* **The problem**:
All lines from the one containing "f 121 53 57" down to the one containing "f 124 52 49", both ends included, are to be given again exactly; omit the rest of the listing below.

* **Records shown**:
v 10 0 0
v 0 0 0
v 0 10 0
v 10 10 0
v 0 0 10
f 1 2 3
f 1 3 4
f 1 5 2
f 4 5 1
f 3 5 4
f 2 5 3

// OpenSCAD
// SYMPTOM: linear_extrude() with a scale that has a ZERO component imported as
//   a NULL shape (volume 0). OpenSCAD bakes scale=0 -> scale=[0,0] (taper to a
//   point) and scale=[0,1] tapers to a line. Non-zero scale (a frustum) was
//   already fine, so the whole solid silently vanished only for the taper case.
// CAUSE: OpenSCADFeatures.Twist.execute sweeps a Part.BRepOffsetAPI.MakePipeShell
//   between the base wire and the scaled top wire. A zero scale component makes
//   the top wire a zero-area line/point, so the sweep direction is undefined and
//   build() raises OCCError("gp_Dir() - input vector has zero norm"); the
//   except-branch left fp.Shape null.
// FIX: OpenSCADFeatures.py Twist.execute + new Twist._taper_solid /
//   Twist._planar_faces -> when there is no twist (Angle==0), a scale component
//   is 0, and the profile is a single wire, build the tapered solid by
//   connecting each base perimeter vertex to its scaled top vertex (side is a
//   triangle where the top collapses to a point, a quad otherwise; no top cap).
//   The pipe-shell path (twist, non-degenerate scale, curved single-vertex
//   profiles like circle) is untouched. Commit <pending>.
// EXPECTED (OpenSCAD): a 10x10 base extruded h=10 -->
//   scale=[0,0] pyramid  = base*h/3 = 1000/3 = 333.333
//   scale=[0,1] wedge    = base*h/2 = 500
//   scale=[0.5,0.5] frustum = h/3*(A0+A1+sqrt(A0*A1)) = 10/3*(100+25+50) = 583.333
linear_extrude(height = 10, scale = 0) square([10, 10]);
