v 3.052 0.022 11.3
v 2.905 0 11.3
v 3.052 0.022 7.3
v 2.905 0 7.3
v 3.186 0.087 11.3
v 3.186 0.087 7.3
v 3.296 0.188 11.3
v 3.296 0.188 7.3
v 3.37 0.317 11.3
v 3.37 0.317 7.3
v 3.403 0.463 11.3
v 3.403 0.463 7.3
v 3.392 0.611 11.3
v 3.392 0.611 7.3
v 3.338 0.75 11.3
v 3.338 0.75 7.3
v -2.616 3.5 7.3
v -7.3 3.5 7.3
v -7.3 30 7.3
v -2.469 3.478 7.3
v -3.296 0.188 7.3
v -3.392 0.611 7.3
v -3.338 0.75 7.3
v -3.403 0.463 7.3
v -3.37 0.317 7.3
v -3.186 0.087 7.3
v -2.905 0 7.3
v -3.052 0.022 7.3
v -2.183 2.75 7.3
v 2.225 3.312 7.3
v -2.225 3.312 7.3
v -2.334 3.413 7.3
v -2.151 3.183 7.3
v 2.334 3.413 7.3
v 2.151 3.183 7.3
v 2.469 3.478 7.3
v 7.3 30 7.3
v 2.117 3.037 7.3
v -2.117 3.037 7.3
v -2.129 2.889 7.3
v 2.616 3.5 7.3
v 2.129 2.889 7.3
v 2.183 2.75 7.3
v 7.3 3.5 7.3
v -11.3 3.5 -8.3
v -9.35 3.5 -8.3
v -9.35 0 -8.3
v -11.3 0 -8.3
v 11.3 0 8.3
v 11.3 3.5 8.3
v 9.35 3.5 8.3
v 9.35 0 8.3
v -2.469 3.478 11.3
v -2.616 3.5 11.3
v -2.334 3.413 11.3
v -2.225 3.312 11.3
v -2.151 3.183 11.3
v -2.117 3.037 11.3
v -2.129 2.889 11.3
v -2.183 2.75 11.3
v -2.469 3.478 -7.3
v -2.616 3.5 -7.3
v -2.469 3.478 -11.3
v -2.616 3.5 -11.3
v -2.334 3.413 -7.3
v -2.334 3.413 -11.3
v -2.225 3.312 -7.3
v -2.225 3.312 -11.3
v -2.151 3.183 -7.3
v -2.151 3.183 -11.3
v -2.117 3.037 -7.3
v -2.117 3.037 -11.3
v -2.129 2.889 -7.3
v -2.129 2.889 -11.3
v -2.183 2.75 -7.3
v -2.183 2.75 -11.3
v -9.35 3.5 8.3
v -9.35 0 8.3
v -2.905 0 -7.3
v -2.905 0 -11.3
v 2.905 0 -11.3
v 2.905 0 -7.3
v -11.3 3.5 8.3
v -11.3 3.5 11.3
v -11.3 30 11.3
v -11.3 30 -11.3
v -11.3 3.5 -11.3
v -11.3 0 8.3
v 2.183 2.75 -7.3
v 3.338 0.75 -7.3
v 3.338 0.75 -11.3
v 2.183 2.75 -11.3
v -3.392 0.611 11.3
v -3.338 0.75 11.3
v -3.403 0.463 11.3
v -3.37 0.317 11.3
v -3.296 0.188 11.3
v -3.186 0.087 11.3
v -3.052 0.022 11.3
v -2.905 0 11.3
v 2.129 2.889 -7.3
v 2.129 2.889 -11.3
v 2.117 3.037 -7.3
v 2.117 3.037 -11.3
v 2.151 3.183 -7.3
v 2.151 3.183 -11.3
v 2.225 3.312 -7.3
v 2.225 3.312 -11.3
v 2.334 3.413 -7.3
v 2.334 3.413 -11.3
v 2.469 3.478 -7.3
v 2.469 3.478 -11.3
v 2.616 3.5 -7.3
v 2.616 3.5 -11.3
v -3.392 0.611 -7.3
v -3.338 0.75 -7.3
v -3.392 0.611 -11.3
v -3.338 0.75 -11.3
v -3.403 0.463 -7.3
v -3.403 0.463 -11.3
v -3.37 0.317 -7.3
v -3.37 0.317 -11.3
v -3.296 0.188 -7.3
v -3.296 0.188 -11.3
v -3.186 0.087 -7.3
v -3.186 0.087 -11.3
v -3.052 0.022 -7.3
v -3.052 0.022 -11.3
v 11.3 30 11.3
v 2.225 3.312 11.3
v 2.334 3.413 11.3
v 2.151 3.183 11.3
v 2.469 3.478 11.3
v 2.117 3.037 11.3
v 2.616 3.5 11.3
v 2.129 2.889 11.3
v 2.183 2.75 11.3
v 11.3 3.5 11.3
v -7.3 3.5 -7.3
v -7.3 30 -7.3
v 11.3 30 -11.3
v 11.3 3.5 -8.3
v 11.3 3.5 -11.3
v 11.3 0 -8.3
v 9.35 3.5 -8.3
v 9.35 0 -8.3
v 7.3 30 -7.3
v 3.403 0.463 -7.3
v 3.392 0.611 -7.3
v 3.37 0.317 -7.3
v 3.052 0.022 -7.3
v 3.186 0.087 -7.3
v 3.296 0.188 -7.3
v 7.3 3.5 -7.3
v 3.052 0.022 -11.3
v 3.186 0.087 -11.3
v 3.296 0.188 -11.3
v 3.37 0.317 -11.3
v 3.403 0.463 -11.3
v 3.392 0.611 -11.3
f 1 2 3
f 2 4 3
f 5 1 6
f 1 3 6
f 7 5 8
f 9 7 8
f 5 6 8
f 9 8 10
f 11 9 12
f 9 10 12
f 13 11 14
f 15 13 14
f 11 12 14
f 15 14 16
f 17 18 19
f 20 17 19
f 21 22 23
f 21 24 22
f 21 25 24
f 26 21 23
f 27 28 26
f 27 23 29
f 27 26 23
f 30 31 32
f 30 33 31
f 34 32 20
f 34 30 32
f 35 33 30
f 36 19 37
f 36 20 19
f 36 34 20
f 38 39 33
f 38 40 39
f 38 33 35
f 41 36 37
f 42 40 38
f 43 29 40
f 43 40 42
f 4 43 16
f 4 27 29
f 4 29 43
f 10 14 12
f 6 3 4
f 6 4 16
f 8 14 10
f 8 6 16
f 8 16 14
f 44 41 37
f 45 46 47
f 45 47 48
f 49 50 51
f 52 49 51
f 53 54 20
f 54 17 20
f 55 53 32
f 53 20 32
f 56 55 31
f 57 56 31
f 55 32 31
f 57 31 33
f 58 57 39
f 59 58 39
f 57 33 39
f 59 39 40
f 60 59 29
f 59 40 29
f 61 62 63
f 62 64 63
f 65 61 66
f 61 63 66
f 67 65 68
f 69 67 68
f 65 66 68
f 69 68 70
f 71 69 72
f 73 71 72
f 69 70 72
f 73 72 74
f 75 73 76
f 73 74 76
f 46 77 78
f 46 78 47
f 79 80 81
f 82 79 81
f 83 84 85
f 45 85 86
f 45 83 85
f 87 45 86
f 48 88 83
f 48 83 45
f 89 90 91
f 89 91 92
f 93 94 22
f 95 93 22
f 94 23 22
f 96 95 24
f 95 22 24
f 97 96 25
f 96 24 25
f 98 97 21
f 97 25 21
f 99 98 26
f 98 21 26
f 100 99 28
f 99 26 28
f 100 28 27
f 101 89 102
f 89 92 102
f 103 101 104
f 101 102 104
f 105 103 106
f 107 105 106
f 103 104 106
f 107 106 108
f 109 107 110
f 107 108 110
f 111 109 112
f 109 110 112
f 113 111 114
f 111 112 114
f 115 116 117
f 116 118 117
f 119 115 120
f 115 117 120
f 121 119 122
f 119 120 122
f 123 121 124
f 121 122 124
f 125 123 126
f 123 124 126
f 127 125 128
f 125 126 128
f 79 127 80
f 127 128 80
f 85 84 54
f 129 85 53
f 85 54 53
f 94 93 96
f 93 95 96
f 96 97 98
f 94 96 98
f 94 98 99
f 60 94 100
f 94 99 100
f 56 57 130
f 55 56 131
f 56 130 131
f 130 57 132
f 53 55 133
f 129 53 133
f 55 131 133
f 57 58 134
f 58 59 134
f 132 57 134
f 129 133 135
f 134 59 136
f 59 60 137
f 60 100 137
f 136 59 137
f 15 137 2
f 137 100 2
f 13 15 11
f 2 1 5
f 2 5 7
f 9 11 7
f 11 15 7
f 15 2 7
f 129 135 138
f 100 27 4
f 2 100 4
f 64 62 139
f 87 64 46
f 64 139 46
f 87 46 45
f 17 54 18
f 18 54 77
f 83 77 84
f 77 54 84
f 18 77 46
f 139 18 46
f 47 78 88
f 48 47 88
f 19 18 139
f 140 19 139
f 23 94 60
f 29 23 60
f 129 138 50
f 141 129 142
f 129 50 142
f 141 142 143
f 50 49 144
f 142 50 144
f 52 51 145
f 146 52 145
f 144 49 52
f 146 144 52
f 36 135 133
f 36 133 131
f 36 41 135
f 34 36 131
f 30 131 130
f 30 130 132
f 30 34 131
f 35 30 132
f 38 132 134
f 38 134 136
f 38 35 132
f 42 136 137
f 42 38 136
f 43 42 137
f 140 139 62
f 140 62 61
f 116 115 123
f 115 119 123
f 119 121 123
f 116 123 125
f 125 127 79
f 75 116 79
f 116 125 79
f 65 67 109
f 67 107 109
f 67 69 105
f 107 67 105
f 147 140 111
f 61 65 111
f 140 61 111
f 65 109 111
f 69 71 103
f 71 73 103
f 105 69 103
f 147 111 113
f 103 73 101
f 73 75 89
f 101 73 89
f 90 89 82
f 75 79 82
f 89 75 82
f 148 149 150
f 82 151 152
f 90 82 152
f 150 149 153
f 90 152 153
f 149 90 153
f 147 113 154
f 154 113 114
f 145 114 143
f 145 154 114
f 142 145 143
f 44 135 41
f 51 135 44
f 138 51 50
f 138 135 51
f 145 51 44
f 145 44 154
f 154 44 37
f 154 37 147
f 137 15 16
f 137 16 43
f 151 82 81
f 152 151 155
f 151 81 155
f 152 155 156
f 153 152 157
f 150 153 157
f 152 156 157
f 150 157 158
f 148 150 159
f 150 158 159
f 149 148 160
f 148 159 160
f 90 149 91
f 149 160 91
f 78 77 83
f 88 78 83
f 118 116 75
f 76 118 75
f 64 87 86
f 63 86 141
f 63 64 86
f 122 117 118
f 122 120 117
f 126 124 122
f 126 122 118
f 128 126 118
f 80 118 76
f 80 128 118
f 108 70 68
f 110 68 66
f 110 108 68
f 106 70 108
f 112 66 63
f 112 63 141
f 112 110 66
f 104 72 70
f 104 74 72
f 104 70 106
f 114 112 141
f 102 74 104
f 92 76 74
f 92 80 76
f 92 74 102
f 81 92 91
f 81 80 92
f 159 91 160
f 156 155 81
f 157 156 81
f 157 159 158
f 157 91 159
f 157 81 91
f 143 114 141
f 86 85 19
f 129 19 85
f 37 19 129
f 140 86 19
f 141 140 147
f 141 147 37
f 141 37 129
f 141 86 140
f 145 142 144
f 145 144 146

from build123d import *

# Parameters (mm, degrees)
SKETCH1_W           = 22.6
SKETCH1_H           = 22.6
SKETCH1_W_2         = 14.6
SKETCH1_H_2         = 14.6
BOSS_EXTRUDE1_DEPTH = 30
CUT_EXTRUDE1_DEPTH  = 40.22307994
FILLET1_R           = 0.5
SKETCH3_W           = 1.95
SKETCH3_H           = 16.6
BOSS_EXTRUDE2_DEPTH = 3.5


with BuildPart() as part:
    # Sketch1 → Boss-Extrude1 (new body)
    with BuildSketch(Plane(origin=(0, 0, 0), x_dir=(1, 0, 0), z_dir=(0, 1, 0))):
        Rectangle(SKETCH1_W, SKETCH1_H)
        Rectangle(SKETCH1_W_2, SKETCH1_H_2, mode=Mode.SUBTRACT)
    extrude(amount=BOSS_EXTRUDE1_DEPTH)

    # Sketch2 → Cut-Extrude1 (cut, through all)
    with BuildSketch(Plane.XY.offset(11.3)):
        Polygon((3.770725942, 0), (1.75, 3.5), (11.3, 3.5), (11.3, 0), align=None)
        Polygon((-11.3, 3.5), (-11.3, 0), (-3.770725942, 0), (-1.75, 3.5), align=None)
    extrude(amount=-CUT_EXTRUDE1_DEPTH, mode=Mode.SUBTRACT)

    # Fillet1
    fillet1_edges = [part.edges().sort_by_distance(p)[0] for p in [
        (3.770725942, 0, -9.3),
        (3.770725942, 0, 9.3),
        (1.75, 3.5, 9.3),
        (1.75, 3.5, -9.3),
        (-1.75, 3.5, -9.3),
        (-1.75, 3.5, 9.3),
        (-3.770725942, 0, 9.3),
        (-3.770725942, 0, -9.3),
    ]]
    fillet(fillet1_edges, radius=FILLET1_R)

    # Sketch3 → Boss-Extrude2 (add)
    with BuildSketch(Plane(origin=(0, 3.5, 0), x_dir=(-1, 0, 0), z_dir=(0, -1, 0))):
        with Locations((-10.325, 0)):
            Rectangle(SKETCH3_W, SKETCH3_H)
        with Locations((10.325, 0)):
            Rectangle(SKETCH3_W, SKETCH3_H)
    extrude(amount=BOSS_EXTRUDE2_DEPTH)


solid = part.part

---

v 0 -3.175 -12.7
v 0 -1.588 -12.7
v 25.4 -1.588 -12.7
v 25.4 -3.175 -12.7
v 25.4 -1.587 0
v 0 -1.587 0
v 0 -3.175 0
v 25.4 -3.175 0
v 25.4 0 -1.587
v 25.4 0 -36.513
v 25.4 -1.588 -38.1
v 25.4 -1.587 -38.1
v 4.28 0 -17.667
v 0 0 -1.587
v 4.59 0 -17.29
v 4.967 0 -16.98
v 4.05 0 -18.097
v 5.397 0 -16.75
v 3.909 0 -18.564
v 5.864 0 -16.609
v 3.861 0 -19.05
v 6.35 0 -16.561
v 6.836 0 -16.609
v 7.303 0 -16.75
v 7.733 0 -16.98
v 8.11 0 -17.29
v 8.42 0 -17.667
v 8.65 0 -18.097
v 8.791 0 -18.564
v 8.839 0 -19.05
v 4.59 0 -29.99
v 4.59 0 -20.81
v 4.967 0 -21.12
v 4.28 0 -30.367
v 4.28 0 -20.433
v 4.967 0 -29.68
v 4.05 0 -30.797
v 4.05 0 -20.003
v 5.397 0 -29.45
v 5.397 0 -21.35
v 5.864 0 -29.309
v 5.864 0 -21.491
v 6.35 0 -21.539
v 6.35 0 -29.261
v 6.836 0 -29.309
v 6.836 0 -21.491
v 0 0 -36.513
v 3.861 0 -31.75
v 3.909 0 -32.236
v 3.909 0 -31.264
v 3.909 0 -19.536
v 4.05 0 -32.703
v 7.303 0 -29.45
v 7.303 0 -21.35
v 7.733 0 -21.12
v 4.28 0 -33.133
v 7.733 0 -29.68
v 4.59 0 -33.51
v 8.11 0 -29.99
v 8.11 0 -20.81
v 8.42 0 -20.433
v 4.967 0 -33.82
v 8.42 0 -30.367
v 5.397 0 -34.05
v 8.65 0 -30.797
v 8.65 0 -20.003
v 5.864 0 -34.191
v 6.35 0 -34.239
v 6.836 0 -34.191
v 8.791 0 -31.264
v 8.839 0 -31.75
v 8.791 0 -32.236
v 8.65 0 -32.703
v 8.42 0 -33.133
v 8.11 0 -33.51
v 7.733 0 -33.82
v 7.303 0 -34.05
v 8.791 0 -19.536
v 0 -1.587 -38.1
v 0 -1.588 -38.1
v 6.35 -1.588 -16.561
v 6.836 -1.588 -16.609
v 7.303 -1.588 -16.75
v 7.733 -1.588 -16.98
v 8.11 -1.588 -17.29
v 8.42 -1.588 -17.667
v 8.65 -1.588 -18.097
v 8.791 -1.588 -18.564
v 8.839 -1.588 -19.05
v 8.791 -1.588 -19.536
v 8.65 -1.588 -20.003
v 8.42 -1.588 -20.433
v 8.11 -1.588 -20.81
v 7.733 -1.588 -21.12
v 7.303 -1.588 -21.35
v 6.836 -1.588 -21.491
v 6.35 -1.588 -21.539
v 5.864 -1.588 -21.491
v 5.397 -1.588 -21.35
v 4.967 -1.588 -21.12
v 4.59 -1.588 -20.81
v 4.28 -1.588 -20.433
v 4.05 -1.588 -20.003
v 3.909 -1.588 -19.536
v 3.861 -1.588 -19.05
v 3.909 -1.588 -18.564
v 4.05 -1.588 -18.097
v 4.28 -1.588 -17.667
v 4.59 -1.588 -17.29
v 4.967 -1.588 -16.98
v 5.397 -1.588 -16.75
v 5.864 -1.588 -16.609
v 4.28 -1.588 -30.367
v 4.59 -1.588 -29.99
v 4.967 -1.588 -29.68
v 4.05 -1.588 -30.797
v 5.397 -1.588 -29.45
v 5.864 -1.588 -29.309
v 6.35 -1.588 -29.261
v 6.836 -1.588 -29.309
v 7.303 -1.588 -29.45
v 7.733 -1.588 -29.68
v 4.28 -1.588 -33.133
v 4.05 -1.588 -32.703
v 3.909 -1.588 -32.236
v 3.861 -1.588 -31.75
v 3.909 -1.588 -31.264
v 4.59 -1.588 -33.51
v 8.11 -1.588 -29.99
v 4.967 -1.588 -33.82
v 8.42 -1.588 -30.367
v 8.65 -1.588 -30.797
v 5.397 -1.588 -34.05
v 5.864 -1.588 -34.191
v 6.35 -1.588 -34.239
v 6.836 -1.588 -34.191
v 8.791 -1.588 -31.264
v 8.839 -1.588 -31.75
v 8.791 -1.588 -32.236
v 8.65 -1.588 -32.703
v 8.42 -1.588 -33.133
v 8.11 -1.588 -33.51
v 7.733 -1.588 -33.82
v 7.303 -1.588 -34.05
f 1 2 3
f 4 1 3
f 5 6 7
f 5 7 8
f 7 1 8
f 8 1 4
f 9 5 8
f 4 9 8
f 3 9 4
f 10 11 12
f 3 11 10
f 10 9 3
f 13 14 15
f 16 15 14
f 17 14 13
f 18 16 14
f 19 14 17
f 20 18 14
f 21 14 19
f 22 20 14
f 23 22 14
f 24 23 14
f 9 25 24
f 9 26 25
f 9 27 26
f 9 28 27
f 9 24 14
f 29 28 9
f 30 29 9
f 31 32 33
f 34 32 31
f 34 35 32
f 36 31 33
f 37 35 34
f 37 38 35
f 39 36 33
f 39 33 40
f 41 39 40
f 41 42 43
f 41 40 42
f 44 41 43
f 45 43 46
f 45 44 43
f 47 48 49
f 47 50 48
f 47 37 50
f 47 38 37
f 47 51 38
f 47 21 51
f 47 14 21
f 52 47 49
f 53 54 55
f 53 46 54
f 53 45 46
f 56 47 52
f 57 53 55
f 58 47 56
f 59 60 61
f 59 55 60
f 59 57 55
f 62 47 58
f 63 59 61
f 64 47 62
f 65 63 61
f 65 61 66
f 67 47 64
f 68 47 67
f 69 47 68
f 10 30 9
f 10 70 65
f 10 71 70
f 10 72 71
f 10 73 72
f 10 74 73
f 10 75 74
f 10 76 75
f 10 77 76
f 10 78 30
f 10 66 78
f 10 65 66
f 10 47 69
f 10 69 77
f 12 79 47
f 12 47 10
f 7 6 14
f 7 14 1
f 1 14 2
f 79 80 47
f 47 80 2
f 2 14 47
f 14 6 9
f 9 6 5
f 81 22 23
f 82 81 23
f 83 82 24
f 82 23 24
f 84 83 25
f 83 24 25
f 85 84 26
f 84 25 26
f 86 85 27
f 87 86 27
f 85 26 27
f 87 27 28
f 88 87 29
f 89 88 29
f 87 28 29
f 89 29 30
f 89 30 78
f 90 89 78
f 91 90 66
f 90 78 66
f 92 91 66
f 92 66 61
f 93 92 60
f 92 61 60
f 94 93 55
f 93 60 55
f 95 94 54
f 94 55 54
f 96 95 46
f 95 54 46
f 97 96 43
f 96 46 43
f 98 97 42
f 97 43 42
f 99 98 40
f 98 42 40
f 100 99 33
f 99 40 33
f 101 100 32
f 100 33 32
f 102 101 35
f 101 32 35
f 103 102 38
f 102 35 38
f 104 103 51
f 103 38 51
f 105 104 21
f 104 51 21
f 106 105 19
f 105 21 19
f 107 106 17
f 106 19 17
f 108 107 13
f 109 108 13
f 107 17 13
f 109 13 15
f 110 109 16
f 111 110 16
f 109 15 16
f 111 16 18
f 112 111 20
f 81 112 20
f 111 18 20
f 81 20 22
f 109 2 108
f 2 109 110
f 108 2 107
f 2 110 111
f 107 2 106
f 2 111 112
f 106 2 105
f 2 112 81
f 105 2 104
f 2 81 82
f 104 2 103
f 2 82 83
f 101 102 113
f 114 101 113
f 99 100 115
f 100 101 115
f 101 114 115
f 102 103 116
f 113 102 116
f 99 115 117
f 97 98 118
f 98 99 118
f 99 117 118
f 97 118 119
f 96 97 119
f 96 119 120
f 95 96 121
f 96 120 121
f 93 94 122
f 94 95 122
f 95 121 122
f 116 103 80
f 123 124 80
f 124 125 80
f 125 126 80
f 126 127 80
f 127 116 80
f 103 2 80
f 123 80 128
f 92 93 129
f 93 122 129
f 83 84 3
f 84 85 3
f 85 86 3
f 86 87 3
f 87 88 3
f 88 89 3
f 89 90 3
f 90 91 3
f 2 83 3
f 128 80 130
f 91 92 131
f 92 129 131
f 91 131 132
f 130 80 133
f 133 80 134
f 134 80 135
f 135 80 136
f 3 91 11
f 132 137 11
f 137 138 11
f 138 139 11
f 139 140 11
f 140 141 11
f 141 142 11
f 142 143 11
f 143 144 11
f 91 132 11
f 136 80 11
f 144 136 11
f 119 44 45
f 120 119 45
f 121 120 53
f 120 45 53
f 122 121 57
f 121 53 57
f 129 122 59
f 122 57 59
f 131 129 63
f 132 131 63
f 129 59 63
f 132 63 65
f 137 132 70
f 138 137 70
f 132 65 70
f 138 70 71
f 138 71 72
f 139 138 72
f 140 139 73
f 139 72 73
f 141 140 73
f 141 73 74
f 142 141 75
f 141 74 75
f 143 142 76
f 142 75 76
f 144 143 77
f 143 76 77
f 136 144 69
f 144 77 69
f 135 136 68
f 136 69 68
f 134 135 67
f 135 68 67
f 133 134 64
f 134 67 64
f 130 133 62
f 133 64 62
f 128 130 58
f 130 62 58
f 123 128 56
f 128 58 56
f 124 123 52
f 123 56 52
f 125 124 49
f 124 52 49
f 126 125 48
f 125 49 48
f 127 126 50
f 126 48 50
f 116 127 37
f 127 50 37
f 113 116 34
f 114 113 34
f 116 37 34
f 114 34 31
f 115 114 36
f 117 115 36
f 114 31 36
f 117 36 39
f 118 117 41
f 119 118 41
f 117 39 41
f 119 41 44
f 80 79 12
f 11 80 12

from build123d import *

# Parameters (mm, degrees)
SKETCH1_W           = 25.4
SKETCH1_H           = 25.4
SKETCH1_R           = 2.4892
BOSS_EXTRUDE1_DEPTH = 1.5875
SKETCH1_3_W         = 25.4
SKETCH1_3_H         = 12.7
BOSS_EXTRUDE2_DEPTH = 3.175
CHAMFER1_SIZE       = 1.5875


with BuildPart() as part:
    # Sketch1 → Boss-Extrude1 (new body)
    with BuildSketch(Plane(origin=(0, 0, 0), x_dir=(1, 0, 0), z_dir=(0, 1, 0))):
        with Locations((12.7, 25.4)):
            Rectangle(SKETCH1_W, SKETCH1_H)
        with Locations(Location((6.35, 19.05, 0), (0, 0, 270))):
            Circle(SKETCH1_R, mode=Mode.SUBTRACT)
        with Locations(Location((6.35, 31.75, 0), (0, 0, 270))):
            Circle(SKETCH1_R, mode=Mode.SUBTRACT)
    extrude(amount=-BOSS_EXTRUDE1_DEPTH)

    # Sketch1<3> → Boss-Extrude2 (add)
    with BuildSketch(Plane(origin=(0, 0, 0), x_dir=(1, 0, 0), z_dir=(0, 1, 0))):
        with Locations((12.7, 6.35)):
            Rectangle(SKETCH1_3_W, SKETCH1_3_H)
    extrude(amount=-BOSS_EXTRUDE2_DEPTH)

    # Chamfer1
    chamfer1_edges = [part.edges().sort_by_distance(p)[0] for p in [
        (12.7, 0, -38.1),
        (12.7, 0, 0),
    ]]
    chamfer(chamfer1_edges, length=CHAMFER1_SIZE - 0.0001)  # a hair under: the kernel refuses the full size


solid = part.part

* **Exercise solution**:
f 121 53 57
f 129 122 59
f 122 57 59
f 131 129 63
f 132 131 63
f 129 59 63
f 132 63 65
f 137 132 70
f 138 137 70
f 132 65 70
f 138 70 71
f 138 71 72
f 139 138 72
f 140 139 73
f 139 72 73
f 141 140 73
f 141 73 74
f 142 141 75
f 141 74 75
f 143 142 76
f 142 75 76
f 144 143 77
f 143 76 77
f 136 144 69
f 144 77 69
f 135 136 68
f 136 69 68
f 134 135 67
f 135 68 67
f 133 134 64
f 134 67 64
f 130 133 62
f 133 64 62
f 128 130 58
f 130 62 58
f 123 128 56
f 128 58 56
f 124 123 52
f 123 56 52
f 125 124 49
f 124 52 49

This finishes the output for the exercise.